* **To do**:
After locating the line that contains "e4 v4 v2 LINE" in the data below, set down exactly that line and each one after it through the line that contains "v12 (15.651583,3.175,15.875)", and nothing more.

* **Provided records**:

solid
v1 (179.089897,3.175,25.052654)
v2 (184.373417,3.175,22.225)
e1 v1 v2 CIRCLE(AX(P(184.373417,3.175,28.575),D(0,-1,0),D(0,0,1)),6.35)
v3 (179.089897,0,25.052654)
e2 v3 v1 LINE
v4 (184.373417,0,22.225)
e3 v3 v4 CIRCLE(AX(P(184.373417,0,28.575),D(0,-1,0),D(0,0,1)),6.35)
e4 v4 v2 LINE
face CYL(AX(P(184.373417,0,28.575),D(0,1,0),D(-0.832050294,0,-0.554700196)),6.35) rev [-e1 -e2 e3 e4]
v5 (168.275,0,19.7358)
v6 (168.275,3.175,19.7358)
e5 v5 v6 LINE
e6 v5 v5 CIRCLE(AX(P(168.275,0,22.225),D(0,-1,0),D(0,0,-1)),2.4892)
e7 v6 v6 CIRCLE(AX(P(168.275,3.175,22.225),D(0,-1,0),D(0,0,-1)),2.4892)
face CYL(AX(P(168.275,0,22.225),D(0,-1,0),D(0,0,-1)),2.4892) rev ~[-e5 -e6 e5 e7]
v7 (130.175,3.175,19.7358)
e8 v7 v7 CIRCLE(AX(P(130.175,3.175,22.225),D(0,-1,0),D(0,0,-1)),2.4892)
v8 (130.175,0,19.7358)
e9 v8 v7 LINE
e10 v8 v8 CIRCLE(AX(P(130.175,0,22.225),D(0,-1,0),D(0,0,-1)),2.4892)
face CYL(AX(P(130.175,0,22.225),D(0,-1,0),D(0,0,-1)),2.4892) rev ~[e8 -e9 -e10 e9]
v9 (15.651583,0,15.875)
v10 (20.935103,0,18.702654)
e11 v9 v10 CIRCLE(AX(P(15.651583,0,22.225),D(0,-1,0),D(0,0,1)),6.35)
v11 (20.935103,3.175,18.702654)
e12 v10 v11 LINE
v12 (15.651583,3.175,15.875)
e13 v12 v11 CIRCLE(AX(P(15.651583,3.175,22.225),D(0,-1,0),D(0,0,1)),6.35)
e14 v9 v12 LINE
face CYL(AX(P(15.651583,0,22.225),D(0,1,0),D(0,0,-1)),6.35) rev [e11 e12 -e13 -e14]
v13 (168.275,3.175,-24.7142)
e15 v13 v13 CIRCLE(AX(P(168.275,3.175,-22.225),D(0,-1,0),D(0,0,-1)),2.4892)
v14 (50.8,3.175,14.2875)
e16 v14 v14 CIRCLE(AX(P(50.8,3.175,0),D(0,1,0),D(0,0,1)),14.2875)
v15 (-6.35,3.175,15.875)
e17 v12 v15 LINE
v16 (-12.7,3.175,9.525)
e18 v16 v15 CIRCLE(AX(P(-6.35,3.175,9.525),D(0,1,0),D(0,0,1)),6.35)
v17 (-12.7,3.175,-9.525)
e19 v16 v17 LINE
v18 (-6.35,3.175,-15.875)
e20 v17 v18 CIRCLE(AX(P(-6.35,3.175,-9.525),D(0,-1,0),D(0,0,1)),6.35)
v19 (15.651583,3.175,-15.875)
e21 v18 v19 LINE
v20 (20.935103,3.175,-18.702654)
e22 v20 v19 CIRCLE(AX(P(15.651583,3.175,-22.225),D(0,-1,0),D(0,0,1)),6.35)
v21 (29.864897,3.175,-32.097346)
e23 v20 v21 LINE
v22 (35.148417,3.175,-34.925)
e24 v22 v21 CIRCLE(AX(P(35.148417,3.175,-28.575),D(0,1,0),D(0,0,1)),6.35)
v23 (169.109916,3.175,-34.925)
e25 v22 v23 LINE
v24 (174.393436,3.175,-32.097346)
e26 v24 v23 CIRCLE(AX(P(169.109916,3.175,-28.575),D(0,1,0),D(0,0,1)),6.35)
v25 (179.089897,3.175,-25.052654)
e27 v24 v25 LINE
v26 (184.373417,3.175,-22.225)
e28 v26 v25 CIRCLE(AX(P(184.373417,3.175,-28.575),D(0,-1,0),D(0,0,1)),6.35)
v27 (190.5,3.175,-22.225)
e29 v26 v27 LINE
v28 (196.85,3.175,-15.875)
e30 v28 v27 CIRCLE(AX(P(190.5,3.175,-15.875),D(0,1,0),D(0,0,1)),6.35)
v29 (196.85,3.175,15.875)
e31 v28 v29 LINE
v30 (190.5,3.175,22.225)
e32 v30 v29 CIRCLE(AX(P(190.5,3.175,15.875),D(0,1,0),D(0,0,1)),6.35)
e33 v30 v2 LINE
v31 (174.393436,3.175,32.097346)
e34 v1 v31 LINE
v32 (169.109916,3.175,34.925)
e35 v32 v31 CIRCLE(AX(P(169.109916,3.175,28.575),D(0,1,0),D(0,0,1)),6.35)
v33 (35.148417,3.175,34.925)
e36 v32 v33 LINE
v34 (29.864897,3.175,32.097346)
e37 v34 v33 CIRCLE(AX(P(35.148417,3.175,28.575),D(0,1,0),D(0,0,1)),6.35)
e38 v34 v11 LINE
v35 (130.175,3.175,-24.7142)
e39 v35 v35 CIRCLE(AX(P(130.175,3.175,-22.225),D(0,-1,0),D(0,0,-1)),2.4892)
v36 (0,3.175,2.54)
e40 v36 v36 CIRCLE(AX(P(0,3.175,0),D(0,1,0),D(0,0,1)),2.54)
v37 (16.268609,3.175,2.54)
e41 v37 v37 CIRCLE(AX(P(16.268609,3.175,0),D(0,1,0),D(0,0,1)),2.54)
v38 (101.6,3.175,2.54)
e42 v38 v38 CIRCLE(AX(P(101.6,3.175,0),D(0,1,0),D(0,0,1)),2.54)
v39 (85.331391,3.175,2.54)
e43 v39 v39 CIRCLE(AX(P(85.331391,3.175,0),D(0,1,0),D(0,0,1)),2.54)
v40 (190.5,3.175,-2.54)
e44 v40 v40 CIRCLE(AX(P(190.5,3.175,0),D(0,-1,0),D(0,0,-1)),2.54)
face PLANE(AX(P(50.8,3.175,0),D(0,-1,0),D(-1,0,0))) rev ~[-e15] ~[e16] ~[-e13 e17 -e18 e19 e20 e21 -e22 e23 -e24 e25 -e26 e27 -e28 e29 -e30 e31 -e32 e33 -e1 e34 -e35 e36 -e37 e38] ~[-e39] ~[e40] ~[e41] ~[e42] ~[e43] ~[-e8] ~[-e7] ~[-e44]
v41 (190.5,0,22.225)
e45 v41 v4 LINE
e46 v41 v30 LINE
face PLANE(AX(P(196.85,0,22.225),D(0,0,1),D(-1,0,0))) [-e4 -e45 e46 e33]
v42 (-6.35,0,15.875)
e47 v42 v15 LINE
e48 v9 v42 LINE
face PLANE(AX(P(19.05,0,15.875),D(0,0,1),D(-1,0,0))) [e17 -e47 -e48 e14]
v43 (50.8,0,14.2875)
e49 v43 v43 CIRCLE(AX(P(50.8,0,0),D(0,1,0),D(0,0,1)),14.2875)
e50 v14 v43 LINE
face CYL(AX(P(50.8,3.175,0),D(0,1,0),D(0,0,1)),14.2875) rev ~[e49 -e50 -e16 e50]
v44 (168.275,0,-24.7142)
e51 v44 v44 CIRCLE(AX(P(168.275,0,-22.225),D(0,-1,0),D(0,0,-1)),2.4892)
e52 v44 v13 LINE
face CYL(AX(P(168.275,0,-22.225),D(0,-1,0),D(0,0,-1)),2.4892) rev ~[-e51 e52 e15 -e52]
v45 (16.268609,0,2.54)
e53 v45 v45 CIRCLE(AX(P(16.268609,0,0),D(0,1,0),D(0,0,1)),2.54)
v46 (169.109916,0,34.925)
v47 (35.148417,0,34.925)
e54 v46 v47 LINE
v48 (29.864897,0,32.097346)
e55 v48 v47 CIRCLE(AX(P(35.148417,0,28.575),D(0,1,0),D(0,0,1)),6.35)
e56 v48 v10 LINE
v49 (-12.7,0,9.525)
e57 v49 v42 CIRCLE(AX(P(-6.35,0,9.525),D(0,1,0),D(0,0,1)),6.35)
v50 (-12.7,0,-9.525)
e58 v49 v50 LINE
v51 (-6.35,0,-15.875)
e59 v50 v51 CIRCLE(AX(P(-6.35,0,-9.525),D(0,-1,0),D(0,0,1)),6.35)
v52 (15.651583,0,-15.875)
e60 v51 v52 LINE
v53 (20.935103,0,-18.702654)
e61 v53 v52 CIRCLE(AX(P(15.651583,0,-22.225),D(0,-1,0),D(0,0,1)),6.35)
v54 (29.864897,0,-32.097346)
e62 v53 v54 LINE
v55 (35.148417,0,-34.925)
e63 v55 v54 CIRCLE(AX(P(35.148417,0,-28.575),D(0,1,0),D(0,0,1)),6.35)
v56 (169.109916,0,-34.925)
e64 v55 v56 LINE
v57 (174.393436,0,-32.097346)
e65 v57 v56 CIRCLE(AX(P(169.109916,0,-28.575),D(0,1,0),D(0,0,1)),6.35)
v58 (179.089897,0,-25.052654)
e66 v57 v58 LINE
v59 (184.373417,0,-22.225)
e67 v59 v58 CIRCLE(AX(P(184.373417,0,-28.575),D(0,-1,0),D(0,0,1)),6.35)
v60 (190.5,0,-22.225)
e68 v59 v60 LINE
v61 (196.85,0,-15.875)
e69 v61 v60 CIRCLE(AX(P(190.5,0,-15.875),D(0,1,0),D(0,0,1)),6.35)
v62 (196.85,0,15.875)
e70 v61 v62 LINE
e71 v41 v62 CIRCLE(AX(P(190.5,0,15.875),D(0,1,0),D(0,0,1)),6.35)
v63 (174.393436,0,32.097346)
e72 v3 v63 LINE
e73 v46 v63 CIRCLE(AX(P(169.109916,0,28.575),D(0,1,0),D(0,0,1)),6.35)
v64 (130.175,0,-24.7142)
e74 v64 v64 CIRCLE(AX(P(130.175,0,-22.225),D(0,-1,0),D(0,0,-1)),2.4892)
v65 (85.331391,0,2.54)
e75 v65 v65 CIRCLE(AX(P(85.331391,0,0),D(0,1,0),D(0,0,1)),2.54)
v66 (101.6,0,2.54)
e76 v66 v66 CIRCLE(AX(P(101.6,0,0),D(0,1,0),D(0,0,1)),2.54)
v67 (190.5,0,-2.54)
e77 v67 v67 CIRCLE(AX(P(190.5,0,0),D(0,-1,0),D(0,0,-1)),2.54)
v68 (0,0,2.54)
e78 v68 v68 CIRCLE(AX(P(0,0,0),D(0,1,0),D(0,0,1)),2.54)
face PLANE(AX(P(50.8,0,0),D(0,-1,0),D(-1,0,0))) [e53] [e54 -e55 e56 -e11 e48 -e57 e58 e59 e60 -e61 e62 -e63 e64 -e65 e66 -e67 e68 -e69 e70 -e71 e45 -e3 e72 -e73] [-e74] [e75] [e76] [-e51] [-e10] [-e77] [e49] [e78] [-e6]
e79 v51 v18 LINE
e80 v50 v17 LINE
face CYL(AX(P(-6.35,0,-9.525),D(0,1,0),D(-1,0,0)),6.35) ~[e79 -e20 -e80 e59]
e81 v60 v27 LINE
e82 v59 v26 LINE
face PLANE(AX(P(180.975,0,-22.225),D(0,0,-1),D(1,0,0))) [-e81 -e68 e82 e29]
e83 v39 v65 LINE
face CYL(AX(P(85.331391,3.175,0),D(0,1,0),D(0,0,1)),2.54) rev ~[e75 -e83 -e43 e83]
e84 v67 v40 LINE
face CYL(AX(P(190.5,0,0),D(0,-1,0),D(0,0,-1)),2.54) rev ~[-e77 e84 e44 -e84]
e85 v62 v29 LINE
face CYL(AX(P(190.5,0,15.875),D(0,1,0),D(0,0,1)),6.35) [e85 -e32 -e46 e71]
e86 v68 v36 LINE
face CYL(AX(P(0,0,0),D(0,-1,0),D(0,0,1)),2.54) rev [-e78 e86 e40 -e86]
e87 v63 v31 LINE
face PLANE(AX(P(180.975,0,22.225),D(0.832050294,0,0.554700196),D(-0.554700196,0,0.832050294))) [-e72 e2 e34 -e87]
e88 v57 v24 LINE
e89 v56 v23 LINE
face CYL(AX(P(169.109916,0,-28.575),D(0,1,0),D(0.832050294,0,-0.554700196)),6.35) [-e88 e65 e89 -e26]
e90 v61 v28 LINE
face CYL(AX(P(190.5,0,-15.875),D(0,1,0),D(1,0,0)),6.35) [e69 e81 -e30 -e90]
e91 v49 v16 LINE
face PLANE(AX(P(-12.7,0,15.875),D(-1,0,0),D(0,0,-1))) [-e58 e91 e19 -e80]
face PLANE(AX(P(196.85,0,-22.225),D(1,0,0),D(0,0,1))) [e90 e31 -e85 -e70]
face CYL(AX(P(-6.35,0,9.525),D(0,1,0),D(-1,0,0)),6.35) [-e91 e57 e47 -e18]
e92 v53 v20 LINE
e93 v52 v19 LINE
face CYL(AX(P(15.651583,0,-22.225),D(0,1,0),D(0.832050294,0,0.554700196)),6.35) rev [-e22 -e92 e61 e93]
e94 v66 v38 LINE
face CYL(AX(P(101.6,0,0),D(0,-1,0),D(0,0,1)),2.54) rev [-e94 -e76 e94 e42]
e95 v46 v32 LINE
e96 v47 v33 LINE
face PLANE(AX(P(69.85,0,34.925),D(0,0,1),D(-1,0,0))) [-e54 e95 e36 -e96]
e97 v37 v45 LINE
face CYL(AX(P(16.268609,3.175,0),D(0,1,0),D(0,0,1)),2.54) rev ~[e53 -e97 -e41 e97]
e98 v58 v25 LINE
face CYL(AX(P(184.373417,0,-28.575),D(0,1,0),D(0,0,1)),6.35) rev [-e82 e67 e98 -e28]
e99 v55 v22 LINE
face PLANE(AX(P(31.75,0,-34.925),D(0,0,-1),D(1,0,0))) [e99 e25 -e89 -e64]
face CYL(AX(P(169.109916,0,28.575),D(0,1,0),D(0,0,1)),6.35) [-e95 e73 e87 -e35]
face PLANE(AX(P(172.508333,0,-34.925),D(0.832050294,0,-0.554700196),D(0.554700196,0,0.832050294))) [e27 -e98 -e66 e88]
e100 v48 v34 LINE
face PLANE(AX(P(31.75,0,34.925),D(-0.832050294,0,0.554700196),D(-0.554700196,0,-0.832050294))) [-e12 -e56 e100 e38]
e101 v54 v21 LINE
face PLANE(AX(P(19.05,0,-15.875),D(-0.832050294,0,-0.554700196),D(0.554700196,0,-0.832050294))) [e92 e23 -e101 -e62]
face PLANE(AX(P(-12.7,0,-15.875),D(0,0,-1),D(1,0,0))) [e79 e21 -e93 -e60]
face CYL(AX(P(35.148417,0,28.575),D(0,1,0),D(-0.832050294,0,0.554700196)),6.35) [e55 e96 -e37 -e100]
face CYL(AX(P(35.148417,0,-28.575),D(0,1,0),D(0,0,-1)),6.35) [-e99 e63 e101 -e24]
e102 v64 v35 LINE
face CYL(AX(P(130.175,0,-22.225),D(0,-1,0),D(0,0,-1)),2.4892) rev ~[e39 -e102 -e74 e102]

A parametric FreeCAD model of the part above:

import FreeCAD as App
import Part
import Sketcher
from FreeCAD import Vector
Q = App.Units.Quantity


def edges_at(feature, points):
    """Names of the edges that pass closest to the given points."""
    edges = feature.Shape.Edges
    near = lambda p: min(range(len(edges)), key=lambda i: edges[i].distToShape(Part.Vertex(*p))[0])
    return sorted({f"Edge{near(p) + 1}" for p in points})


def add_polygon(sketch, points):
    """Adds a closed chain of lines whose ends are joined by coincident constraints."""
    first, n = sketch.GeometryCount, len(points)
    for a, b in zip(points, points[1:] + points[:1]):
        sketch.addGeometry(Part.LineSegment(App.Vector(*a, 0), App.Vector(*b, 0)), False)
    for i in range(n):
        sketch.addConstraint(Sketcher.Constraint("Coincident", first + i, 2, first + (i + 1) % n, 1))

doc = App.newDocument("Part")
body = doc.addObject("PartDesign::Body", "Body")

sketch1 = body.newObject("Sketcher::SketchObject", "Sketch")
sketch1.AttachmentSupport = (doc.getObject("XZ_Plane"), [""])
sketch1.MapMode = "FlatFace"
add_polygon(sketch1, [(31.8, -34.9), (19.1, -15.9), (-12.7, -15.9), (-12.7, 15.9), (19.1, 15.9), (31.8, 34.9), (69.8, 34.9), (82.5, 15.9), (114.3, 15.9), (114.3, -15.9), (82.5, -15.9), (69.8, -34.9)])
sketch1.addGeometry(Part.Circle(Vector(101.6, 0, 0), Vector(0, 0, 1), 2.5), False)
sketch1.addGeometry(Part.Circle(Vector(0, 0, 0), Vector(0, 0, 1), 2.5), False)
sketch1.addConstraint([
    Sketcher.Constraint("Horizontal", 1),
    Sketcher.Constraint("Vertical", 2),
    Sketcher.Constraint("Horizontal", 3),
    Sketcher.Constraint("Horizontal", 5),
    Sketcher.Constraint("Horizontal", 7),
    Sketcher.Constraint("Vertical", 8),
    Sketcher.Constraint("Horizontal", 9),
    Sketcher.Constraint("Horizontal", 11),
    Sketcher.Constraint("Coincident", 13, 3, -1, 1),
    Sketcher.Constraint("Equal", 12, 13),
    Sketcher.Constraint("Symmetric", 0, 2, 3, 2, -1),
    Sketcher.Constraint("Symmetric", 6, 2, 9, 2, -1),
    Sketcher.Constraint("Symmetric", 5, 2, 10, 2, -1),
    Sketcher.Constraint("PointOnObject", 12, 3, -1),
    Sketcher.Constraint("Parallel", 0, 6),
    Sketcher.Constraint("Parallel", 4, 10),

* **Exercise output**:
e4 v4 v2 LINE
face CYL(AX(P(184.373417,0,28.575),D(0,1,0),D(-0.832050294,0,-0.554700196)),6.35) rev [-e1 -e2 e3 e4]
v5 (168.275,0,19.7358)
v6 (168.275,3.175,19.7358)
e5 v5 v6 LINE
e6 v5 v5 CIRCLE(AX(P(168.275,0,22.225),D(0,-1,0),D(0,0,-1)),2.4892)
e7 v6 v6 CIRCLE(AX(P(168.275,3.175,22.225),D(0,-1,0),D(0,0,-1)),2.4892)
face CYL(AX(P(168.275,0,22.225),D(0,-1,0),D(0,0,-1)),2.4892) rev ~[-e5 -e6 e5 e7]
v7 (130.175,3.175,19.7358)
e8 v7 v7 CIRCLE(AX(P(130.175,3.175,22.225),D(0,-1,0),D(0,0,-1)),2.4892)
v8 (130.175,0,19.7358)
e9 v8 v7 LINE
e10 v8 v8 CIRCLE(AX(P(130.175,0,22.225),D(0,-1,0),D(0,0,-1)),2.4892)
face CYL(AX(P(130.175,0,22.225),D(0,-1,0),D(0,0,-1)),2.4892) rev ~[e8 -e9 -e10 e9]
v9 (15.651583,0,15.875)
v10 (20.935103,0,18.702654)
e11 v9 v10 CIRCLE(AX(P(15.651583,0,22.225),D(0,-1,0),D(0,0,1)),6.35)
v11 (20.935103,3.175,18.702654)
e12 v10 v11 LINE
v12 (15.651583,3.175,15.875)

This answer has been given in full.